Bon, mais pourquoi est-ce raciste, pourquoi est-ce discriminatoire ? Aaaah, je comprends : parce que le porc et l’alcool ne font pas partie du régime musulman, donc ça les exclue de la fête. Bon, mais alors pourquoi n’interdit-on pas toutes ces Fêtes de l’Andouille et toutes ces dégustations de Beaujolais Nouveau qui ponctuent le cours de nos jours ? C’est tout autant discriminatoire ! Et même pire : ce sont autant de discriminations très officielles, avec discours du maire et budget voté par le conseil municipal ! Alors que nous sommes au XXIème siècle ! Et après tout, TOUS les apéros géants précédents étaient tacitement discriminatoires à l’égard des musulmans, puisque le programme était clairement de picoler ! Et personne n’a relevé que c’était raciste !

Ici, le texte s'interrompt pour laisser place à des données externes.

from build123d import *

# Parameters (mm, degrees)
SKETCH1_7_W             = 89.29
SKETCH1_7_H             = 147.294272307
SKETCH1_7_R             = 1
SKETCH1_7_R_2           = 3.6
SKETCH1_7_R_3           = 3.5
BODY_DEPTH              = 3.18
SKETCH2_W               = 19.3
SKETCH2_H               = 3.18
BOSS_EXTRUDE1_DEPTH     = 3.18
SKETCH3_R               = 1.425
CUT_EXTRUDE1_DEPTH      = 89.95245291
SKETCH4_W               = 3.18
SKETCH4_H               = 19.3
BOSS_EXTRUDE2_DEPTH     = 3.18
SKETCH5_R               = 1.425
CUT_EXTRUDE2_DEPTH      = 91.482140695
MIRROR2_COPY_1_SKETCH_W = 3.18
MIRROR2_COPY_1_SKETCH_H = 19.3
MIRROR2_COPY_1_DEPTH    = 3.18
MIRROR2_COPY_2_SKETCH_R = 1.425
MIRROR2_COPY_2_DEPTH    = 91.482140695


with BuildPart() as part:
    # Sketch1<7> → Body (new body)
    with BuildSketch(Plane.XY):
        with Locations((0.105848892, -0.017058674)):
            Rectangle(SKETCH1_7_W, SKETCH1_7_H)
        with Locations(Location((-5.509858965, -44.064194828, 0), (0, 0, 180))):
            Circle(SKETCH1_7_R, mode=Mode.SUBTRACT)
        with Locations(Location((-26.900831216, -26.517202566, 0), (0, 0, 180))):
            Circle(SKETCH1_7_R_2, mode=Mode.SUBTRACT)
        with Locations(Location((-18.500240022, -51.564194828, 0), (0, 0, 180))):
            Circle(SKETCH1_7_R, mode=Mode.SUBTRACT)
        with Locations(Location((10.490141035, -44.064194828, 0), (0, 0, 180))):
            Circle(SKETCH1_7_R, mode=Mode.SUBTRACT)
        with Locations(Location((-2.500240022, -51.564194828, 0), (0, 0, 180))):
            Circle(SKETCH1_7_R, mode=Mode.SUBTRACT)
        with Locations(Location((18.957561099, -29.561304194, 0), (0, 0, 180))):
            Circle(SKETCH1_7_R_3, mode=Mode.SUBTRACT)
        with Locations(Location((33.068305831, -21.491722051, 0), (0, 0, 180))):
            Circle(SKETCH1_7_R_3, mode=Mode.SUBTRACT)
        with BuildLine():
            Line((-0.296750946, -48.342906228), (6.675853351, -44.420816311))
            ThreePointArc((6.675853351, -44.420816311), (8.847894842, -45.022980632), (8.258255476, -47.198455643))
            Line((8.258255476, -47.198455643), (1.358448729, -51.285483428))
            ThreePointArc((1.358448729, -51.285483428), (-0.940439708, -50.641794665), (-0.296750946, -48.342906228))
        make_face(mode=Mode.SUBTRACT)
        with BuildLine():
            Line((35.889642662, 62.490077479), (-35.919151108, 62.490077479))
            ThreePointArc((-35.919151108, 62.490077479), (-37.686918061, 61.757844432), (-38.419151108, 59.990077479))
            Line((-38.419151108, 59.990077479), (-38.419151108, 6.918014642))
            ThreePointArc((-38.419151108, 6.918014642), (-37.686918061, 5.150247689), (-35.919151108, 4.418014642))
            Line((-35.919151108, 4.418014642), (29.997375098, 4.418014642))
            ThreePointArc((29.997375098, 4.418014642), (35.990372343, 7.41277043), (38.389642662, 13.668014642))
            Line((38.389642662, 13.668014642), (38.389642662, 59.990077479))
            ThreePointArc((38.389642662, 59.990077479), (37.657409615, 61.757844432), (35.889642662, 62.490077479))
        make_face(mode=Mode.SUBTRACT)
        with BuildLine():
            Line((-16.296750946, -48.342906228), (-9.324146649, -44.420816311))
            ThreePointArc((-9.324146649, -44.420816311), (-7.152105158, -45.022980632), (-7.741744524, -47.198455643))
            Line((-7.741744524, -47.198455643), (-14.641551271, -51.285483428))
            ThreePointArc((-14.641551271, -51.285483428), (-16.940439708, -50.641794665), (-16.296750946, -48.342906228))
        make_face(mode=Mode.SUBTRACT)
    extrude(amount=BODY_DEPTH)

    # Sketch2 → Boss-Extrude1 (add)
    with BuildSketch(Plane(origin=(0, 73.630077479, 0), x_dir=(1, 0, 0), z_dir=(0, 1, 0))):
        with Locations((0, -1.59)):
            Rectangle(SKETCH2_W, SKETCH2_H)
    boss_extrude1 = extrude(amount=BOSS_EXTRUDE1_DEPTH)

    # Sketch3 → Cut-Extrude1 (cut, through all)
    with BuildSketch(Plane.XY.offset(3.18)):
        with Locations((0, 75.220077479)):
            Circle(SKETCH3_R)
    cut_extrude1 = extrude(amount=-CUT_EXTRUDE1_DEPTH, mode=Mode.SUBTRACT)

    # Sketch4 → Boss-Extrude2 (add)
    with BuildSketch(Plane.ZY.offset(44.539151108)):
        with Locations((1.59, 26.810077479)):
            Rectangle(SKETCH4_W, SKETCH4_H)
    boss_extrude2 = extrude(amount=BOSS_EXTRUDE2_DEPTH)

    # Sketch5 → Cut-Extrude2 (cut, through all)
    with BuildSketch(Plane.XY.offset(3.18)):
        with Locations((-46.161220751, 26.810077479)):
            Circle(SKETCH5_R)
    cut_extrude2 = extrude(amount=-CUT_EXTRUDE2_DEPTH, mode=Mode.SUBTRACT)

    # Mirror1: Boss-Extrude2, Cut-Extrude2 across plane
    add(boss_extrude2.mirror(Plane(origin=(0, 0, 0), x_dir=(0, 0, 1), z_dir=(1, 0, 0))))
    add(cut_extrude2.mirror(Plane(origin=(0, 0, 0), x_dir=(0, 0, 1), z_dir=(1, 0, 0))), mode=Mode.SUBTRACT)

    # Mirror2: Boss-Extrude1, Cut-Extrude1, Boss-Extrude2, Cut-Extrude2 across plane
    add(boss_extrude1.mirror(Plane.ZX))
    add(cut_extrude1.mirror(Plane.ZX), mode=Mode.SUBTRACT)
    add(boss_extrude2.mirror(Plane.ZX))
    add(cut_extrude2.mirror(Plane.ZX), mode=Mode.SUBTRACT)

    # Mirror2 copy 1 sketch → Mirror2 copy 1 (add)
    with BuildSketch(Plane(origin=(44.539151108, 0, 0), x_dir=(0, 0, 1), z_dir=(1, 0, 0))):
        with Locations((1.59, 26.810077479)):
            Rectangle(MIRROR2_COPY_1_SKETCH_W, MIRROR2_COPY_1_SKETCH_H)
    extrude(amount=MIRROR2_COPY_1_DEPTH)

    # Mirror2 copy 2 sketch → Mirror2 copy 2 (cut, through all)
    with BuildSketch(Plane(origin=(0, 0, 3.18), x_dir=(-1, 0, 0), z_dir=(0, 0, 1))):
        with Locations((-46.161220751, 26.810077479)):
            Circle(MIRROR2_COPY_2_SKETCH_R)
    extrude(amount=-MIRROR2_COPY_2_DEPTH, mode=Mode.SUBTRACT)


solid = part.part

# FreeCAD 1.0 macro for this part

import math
import FreeCAD as App
import Part
import Sketcher
from FreeCAD import Vector
Q = App.Units.Quantity

doc = App.newDocument("Part")
body = doc.addObject("PartDesign::Body", "Body")

# Sketch on XY plane
sketch1 = doc.addObject("Sketcher::SketchObject", "Sketch")
body.addObject(sketch1)
sketch1.AttachmentSupport = (doc.XY_Plane, [""])
sketch1.MapMode = "FlatFace"
sketch1.addGeometry([
    Part.LineSegment(Vector(-44.5, 73.6, 0), Vector(-44.5, -73.7, 0)),  # 0
    Part.LineSegment(Vector(-44.5, -73.7, 0), Vector(44.8, -73.7, 0)),  # 1
    Part.LineSegment(Vector(44.8, -73.7, 0), Vector(44.8, 73.6, 0)),  # 2
    Part.LineSegment(Vector(44.8, 73.6, 0), Vector(-44.5, 73.6, 0)),  # 3
    Part.Circle(Vector(-26.9, -26.5, 0), Vector(0, 0, 1), 3.6),  # 4
    Part.Circle(Vector(-18.5, -51.6, 0), Vector(0, 0, 1), 1),  # 5
    Part.ArcOfCircle(Part.Circle(Vector(-15.5, -49.8, 0), Vector(0, 0, 1), 1.7), math.radians(119), math.radians(299)),  # 6
    Part.LineSegment(Vector(-16.3, -48.3, 0), Vector(-9.3, -44.4, 0)),  # 7
    Part.ArcOfCircle(Part.Circle(Vector(-8.5, -45.8, 0), Vector(0, 0, 1), 1.6), math.radians(-60), math.radians(119)),  # 8
    Part.LineSegment(Vector(-7.7, -47.2, 0), Vector(-14.6, -51.3, 0)),  # 9
    Part.Circle(Vector(-2.5, -51.6, 0), Vector(0, 0, 1), 1),  # 10
    Part.Circle(Vector(-5.5, -44.1, 0), Vector(0, 0, 1), 1),  # 11
    Part.ArcOfCircle(Part.Circle(Vector(0.5, -49.8, 0), Vector(0, 0, 1), 1.7), math.radians(119), math.radians(299)),  # 12
    Part.LineSegment(Vector(-0.3, -48.3, 0), Vector(6.7, -44.4, 0)),  # 13
    Part.ArcOfCircle(Part.Circle(Vector(7.5, -45.8, 0), Vector(0, 0, 1), 1.6), math.radians(-60), math.radians(119)),  # 14
    Part.LineSegment(Vector(8.3, -47.2, 0), Vector(1.4, -51.3, 0)),  # 15
    Part.Circle(Vector(10.5, -44.1, 0), Vector(0, 0, 1), 1),  # 16
    Part.Circle(Vector(19, -29.6, 0), Vector(0, 0, 1), 3.5),  # 17
    Part.Circle(Vector(33.1, -21.5, 0), Vector(0, 0, 1), 3.5),  # 18
    Part.LineSegment(Vector(-35.9, 62.5, 0), Vector(35.9, 62.5, 0)),  # 19
    Part.ArcOfCircle(Part.Circle(Vector(35.9, 60, 0), Vector(0, 0, 1), 2.5), math.radians(0), math.radians(90)),  # 20
    Part.LineSegment(Vector(38.4, 60, 0), Vector(38.4, 13.7, 0)),  # 21
    Part.ArcOfCircle(Part.Circle(Vector(29.1, 13.6, 0), Vector(0, 0, 1), 9.2), math.radians(-85), math.radians(0)),  # 22
    Part.LineSegment(Vector(30, 4.4, 0), Vector(-35.9, 4.4, 0)),  # 23
    Part.ArcOfCircle(Part.Circle(Vector(-35.9, 6.9, 0), Vector(0, 0, 1), 2.5), math.radians(180), math.radians(270)),  # 24
    Part.LineSegment(Vector(-38.4, 6.9, 0), Vector(-38.4, 60, 0)),  # 25
    Part.ArcOfCircle(Part.Circle(Vector(-35.9, 60, 0), Vector(0, 0, 1), 2.5), math.radians(90), math.radians(180)),  # 26
], False)
sketch1.addConstraint([
    Sketcher.Constraint("Coincident", 0, 2, 1, 1),
    Sketcher.Constraint("Coincident", 1, 2, 2, 1),
    Sketcher.Constraint("Coincident", 2, 2, 3, 1),
    Sketcher.Constraint("Coincident", 3, 2, 0, 1),
    Sketcher.Constraint("Tangent", 6, 1, 7, 1),
    Sketcher.Constraint("Coincident", 7, 2, 8, 2),
    Sketcher.Constraint("Coincident", 8, 1, 9, 1),
    Sketcher.Constraint("Coincident", 9, 2, 6, 2),
    Sketcher.Constraint("Tangent", 12, 1, 13, 1),
    Sketcher.Constraint("Coincident", 13, 2, 14, 2),
    Sketcher.Constraint("Coincident", 14, 1, 15, 1),
    Sketcher.Constraint("Coincident", 15, 2, 12, 2),
    Sketcher.Constraint("Tangent", 19, 2, 20, 2),
    Sketcher.Constraint("Tangent", 20, 1, 21, 1),
    Sketcher.Constraint("Coincident", 21, 2, 22, 2),
    Sketcher.Constraint("Coincident", 22, 1, 23, 1),
    Sketcher.Constraint("Tangent", 23, 2, 24, 2),
    Sketcher.Constraint("Tangent", 24, 1, 25, 1),
    Sketcher.Constraint("Tangent", 25, 2, 26, 2),
    Sketcher.Constraint("Tangent", 26, 1, 19, 1),
    Sketcher.Constraint("Vertical", 0),
    Sketcher.Constraint("Horizontal", 1),
    Sketcher.Constraint("Vertical", 2),
    Sketcher.Constraint("Horizontal", 3),
    Sketcher.Constraint("Horizontal", 19),
    Sketcher.Constraint("Vertical", 21),
    Sketcher.Constraint("Horizontal", 23),
    Sketcher.Constraint("Vertical", 25),
    Sketcher.Constraint("Equal", 5, 10),
    Sketcher.Constraint("Equal", 10, 11),
    Sketcher.Constraint("Equal", 6, 12),
    Sketcher.Constraint("Equal", 8, 14),
    Sketcher.Constraint("Equal", 11, 16),
    Sketcher.Constraint("Equal", 17, 18),
    Sketcher.Constraint("Equal", 20, 24),
    Sketcher.Constraint("Equal", 24, 26),
    Sketcher.Constraint("Parallel", 7, 13),
    Sketcher.Constraint("Parallel", 9, 15),
    Sketcher.Constraint("Horizontal", 5, 3, 10, 3),
    Sketcher.Constraint("Horizontal", 6, 3, 12, 3),
    Sketcher.Constraint("Horizontal", 8, 3, 14, 3),
    Sketcher.Constraint("Horizontal", 11, 3, 16, 3),
    Sketcher.Constraint("Horizontal", 7, 2, 13, 2),
    Sketcher.Constraint("Horizontal", 8, 1, 14, 1),
    Sketcher.Constraint("Diameter", 5, Q("2 mm")),
    Sketcher.Constraint("Diameter", 17, Q("7 mm")),
    Sketcher.Constraint("Diameter", 4, Q("7.2 mm")),
    Sketcher.Constraint("Radius", 20, Q("2.5 mm")),
    Sketcher.Constraint("Radius", 22, Q("9.25 mm")),
    Sketcher.Constraint("Distance", 7, Q("8 mm")),
    Sketcher.Constraint("DistanceY", 6, 3, 8, 3, Q("4 mm")),
    Sketcher.Constraint("DistanceX", 5, 3, 10, 3, Q("16 mm")),
    Sketcher.Constraint("DistanceX", 6, 3, 12, 3, Q("16 mm")),
    Sketcher.Constraint("DistanceX", 11, 3, 16, 3, Q("16 mm")),
    Sketcher.Constraint("DistanceX", 1, 1, 1, 2, Q("89.29 mm")),
    Sketcher.Constraint("DistanceY", 10, 3, 11, 3, Q("7.5 mm")),
    Sketcher.Constraint("DistanceY", 0, 2, 5, 3, Q("22.1 mm")),
    Sketcher.Constraint("Radius", 6, Q("1.688079 mm")),
    Sketcher.Constraint("DistanceY", 5, 3, 6, 3, Q("1.75 mm")),
    Sketcher.Constraint("DistanceX", 24, 3, 6, 3, Q("20.45 mm")),
    Sketcher.Constraint("DistanceX", 0, 2, 6, 3, Q("29.07 mm")),
    Sketcher.Constraint("DistanceY", 20, 3, 2, 2, Q("13.64 mm")),
    Sketcher.Constraint("DistanceY", 22, 1, 21, 2, Q("9.25 mm")),
    Sketcher.Constraint("Radius", 8, Q("1.598407 mm")),
    Sketcher.Constraint("DistanceX", 10, 3, 17, 3, Q("21.457801 mm")),
    Sketcher.Constraint("DistanceY", 18, 3, 20, 3, Q("81.4818 mm")),
    Sketcher.Constraint("DistanceX", 16, 3, 20, 3, Q("25.399502 mm")),
    Sketcher.Constraint("DistanceX", 6, 1, 6, 3, Q("0.8276 mm")),
    Sketcher.Constraint("DistanceX", 6, 3, 9, 2, Q("0.8276 mm")),
    Sketcher.Constraint("DistanceX", 19, 1, 19, 2, Q("71.808794 mm")),
    Sketcher.Constraint("DistanceX", 23, 2, 23, 1, Q("65.916526 mm")),
    Sketcher.Constraint("DistanceY", 0, 2, 0, 1, Q("147.294272 mm")),
    Sketcher.Constraint("DistanceY", 21, 2, 21, 1, Q("46.322063 mm")),
    Sketcher.Constraint("DistanceX", 4, 3, -1, 1, Q("26.900831 mm")),
    Sketcher.Constraint("DistanceX", 5, 3, -1, 1, Q("18.50024 mm")),
    Sketcher.Constraint("DistanceX", 6, 3, -1, 1, Q("15.469151 mm")),
    Sketcher.Constraint("DistanceY", -1, 1, 22, 3, Q("13.628169 mm")),
    Sketcher.Constraint("DistanceY", 16, 3, 17, 3, Q("14.502891 mm")),
    Sketcher.Constraint("DistanceY", 4, 3, 20, 3, Q("86.50728 mm")),
    Sketcher.Constraint("DistanceY", 8, 1, 8, 3, Q("1.384261 mm")),
    Sketcher.Constraint("DistanceX", 22, 1, 18, 3, Q("3.070931 mm")),
])
pad1 = doc.addObject("PartDesign::Pad", "Pad")
body.addObject(pad1)
pad1.Profile = sketch1
pad1.Length = 3.18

Bon, mais c’est quoi le problème ? On ergote, on tourne autour du pot, on s’empêtre dans les sous-entendus. Parce que tout, absolument tout est sous-entendu dans cette affaire. Il est là, le nœud du problème : dans l’indicible, dans l’interdit-de-dire-franchement. Tout est douteux, comme aime à le répéter Caroline Fourest. Le problème de la liberté d’expression à la française, c’est que tout le monde a la trouille de la censure et finit par fermer sa gueule. Le seul recours qu’il nous reste pour pointer nos problème est le sous-entendu. Alors on sous-entend que la Goutte d’Or est un lieu où la franchouillardise ne peut plus avoir cours. On sous-entend qu’un apéro géant, au vernis festif, moderne, dans le vent, sympa, chébran, redonnera au quartier un semblant d’identité parigote traditionnelle. On sous-entend que ça se passera sans heurt, dans un esprit bon enfant, comme le sous-entend l’esprit saucisson-pinard. L’Inquisition sous-entend que le menu pinard-saucisson cache des mobiles un peu trop souchiens. On sous-entend que revendiquer la Goutte d’Or comme territoire d’un possible saucisson-pinard est déplacé, voire provocateur. On sous-entend in fine qu’à la Goutte d’Or on ne fait pas ce qu’on veut dans la rue pour ne pas offusquer sa population. On sous-entend que le multiculturalisme officiel du quartier est le cache-sexe de son islamisation officieuse. On sous-entend que la Goutte d’Or n’est plus un territoire du vivre-ensemble mais du vivre-entre-nous. On sous-entend que les rues de la Goutte d’Or ne sont plus un endroit ordinaire, mais un endroit où réellement les règles qui ont cours sont différentes. On sous-entend que c’est un problème très grave qu’il faut soulever. On sous-entend qu’il vaut mieux parler de la crise, des inégalités, du chômage, des retraites, de la faim dans le monde, de la violence contre les femmes et du réchauffement climatique.

Bonne nouvelle pour ceux qui ont des yeux et des oreilles, le roi est nu.